The two injury substitutes, Chris Auger and Jonathan Maniff, were both poor replacements for Mark Roebothan and Matt Ferreira/Jason DeLuca. Auger may have rung one off the post and been not-ineffective (note: this is not to say he was effective), but Maniff may have played himself out of any ice time he had coming to him for the rest of the season. Apart from being a one-dimensional sniper that didn’t get a shot on net, his play in his own end was abysmal and resulted in both a lazy hooking penalty and perhaps the stupidest roughing penalty in the history of hockey. For no reason at all, he just punched a UNH player in the face. It was a play as bewildering as it was misguided. Completely foolish. That their line, which was filled out by Sammy D’Agostino, was benched for the third period was a shock, only because it didn’t happen a period earlier. But with both Roebothan and DeLuca still sporting slings and Ferreira still questionable for tonight’s game at UNH, this might be a problem with which Lowell has to live for a while longer. The baffling thing, to us anyway, was why two effort-deficient defensive liabilities were on the same line at all when they could have been grouped with other forwards who would make the holes in their game seem not quite so gaping.

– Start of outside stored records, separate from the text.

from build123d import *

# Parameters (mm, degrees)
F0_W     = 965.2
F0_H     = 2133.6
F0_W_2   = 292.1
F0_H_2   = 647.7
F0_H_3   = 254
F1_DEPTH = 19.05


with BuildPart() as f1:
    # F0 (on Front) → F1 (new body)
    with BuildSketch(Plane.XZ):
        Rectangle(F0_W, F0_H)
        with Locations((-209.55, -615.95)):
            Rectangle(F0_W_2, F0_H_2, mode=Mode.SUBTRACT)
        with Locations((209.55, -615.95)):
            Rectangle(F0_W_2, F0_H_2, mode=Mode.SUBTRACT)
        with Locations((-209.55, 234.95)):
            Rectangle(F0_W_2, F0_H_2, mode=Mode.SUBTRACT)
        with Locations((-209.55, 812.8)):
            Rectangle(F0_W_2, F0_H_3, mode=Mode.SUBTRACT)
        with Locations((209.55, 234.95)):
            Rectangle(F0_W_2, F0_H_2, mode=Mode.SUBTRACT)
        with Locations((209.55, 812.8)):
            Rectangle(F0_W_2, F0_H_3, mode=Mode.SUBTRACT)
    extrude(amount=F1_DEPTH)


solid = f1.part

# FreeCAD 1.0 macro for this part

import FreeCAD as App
import Part
import Sketcher
Q = App.Units.Quantity


def add_polygon(sketch, points):
    """Adds a closed chain of lines whose ends are joined by coincident constraints."""
    first, n = sketch.GeometryCount, len(points)
    for a, b in zip(points, points[1:] + points[:1]):
        sketch.addGeometry(Part.LineSegment(App.Vector(*a, 0), App.Vector(*b, 0)), False)
    for i in range(n):
        sketch.addConstraint(Sketcher.Constraint("Coincident", first + i, 2, first + (i + 1) % n, 1))

doc = App.newDocument("Part")
params = doc.addObject("Spreadsheet::Sheet", "Params")
for row, (alias, value) in enumerate([
    ("sketch1_width", "38 in"),
    ("sketch1_height", "84 in"),
    ("sketch1_height2", "10 in"),
    ("sketch1_width2", "11.5 in"),
    ("sketch1_height3", "25.5 in"),
    ("pad1_length", "0.75 in"),
], start=1):
    params.set(f"A{row}", alias)
    params.set(f"B{row}", "=" + value)
    params.setAlias(f"B{row}", alias)

body = doc.addObject("PartDesign::Body", "Body")

sketch1 = body.newObject("Sketcher::SketchObject", "Sketch")
sketch1.AttachmentSupport = (doc.getObject("XZ_Plane"), [""])
sketch1.MapMode = "FlatFace"
add_polygon(sketch1, [(-483, 1067), (-483, -1067), (483, -1067), (483, 1067)])
add_polygon(sketch1, [(-64, -940), (-356, -940), (-356, -292), (-64, -292)])
add_polygon(sketch1, [(356, -940), (64, -940), (64, -292), (356, -292)])
add_polygon(sketch1, [(-64, -89), (-356, -89), (-356, 559), (-64, 559)])
add_polygon(sketch1, [(-64, 686), (-356, 686), (-356, 940), (-64, 940)])
add_polygon(sketch1, [(356, -89), (64, -89), (64, 559), (356, 559)])
add_polygon(sketch1, [(356, 686), (64, 686), (64, 940), (356, 940)])
sketch1.addConstraint(Sketcher.Constraint("Vertical", 0))
sketch1.addConstraint(Sketcher.Constraint("Horizontal", 1))
sketch1.addConstraint(Sketcher.Constraint("Vertical", 2))
sketch1.addConstraint(Sketcher.Constraint("Horizontal", 3))
sketch1.addConstraint(Sketcher.Constraint("Horizontal", 4))
sketch1.addConstraint(Sketcher.Constraint("Vertical", 5))
sketch1.addConstraint(Sketcher.Constraint("Horizontal", 6))
sketch1.addConstraint(Sketcher.Constraint("Vertical", 7))
sketch1.addConstraint(Sketcher.Constraint("Horizontal", 8))
sketch1.addConstraint(Sketcher.Constraint("Vertical", 9))
sketch1.addConstraint(Sketcher.Constraint("Horizontal", 10))
sketch1.addConstraint(Sketcher.Constraint("Vertical", 11))
sketch1.addConstraint(Sketcher.Constraint("Horizontal", 12))
sketch1.addConstraint(Sketcher.Constraint("Vertical", 13))
sketch1.addConstraint(Sketcher.Constraint("Horizontal", 14))
sketch1.addConstraint(Sketcher.Constraint("Vertical", 15))
sketch1.addConstraint(Sketcher.Constraint("Horizontal", 16))
sketch1.addConstraint(Sketcher.Constraint("Vertical", 17))
sketch1.addConstraint(Sketcher.Constraint("Horizontal", 18))
sketch1.addConstraint(Sketcher.Constraint("Vertical", 19))
sketch1.addConstraint(Sketcher.Constraint("Horizontal", 20))
sketch1.addConstraint(Sketcher.Constraint("Vertical", 21))
sketch1.addConstraint(Sketcher.Constraint("Horizontal", 22))
sketch1.addConstraint(Sketcher.Constraint("Vertical", 23))
sketch1.addConstraint(Sketcher.Constraint("Horizontal", 24))
sketch1.addConstraint(Sketcher.Constraint("Vertical", 25))
sketch1.addConstraint(Sketcher.Constraint("Horizontal", 26))
sketch1.addConstraint(Sketcher.Constraint("Vertical", 27))
sketch1.addConstraint(Sketcher.Constraint("Symmetric", 0, 2, 2, 2, -1, 1))
sketch1.addConstraint(Sketcher.Constraint("Symmetric", 11, 2, 17, 2, -1, 1))
sketch1.addConstraint(Sketcher.Constraint("Symmetric", 7, 2, 25, 2, -1, 1))
sketch1.addConstraint(Sketcher.Constraint("Symmetric", 7, 2, 8, 2, -2))
sketch1.addConstraint(Sketcher.Constraint("Symmetric", 5, 2, 10, 2, -2))
sketch1.addConstraint(Sketcher.Constraint("Symmetric", 15, 2, 20, 2, -2))
sketch1.addConstraint(Sketcher.Constraint("Symmetric", 13, 2, 22, 2, -2))
sketch1.addConstraint(Sketcher.Constraint("Symmetric", 19, 2, 24, 2, -2))
sketch1.addConstraint(Sketcher.Constraint("Vertical", 5, 2, 12, 2))
sketch1.addConstraint(Sketcher.Constraint("Vertical", 7, 2, 14, 2))
sketch1.addConstraint(Sketcher.Constraint("Vertical", 23, 2, 26, 2))
sketch1.addConstraint(Sketcher.Constraint("Equal", 11, 13))
sketch1.addConstraint(Sketcher.Constraint("DistanceX", 1, 1, 1, 2, Q("38 in")))
sketch1.addConstraint(Sketcher.Constraint("DistanceY", 0, 2, 0, 1, Q("84 in")))
sketch1.addConstraint(Sketcher.Constraint("DistanceY", 17, 1, 17, 2, Q("10 in")))
sketch1.addConstraint(Sketcher.Constraint("DistanceX", 4, 2, 4, 1, Q("11.5 in")))
sketch1.addConstraint(Sketcher.Constraint("DistanceY", 5, 1, 5, 2, Q("25.5 in")))
sketch1.addConstraint(Sketcher.Constraint("DistanceX", 4, 2, -1, 1, Q("14 in")))
sketch1.addConstraint(Sketcher.Constraint("DistanceY", 4, 2, -1, 1, Q("37 in")))
sketch1.addConstraint(Sketcher.Constraint("DistanceY", -1, 1, 13, 2, Q("22 in")))
sketch1.setExpression("Constraints[68]", "Params.sketch1_width")
sketch1.setExpression("Constraints[69]", "Params.sketch1_height")
sketch1.setExpression("Constraints[70]", "Params.sketch1_height2")
sketch1.setExpression("Constraints[71]", "Params.sketch1_width2")
sketch1.setExpression("Constraints[72]", "Params.sketch1_height3")
pad1 = body.newObject("PartDesign::Pad", "Pad")
pad1.Profile = sketch1
pad1.setExpression("Length", "Params.pad1_length")

doc.recompute()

It’s also worth noting, by the way, that while student attendance is up dramatically this year, the student section still has a long, long way to go. It was dead silent for the majority of the game, and while you can say Lowell didn’t give them a ton to cheer about, it’s their job to help energize the crowd and the players. Why do you think UNH or BU or Northeastern or Maine are such fun places to play? It has a lot to do with the quality of the crowd, and all that is paced by an energetic student section. Lowell’s might be bigger, but it’s still just as pathetic with its “We only cheer for goals” attitude as it’s always been.

At the end of the day, though, Foster won UNH two points almost singlehandedly, and Lowell went 0-fer on five mediocre power plays, which didn’t help matters. Cosmically, this might just be a bit of puck luck balancing out for UNH, which has played well below the standard of which they are capable for the last, say, month or so. We still like Lowell’s chances at the Whitt, though, especially with some of the line juggling that is sure to come. (Falite to the remainder of the CPR line, please!)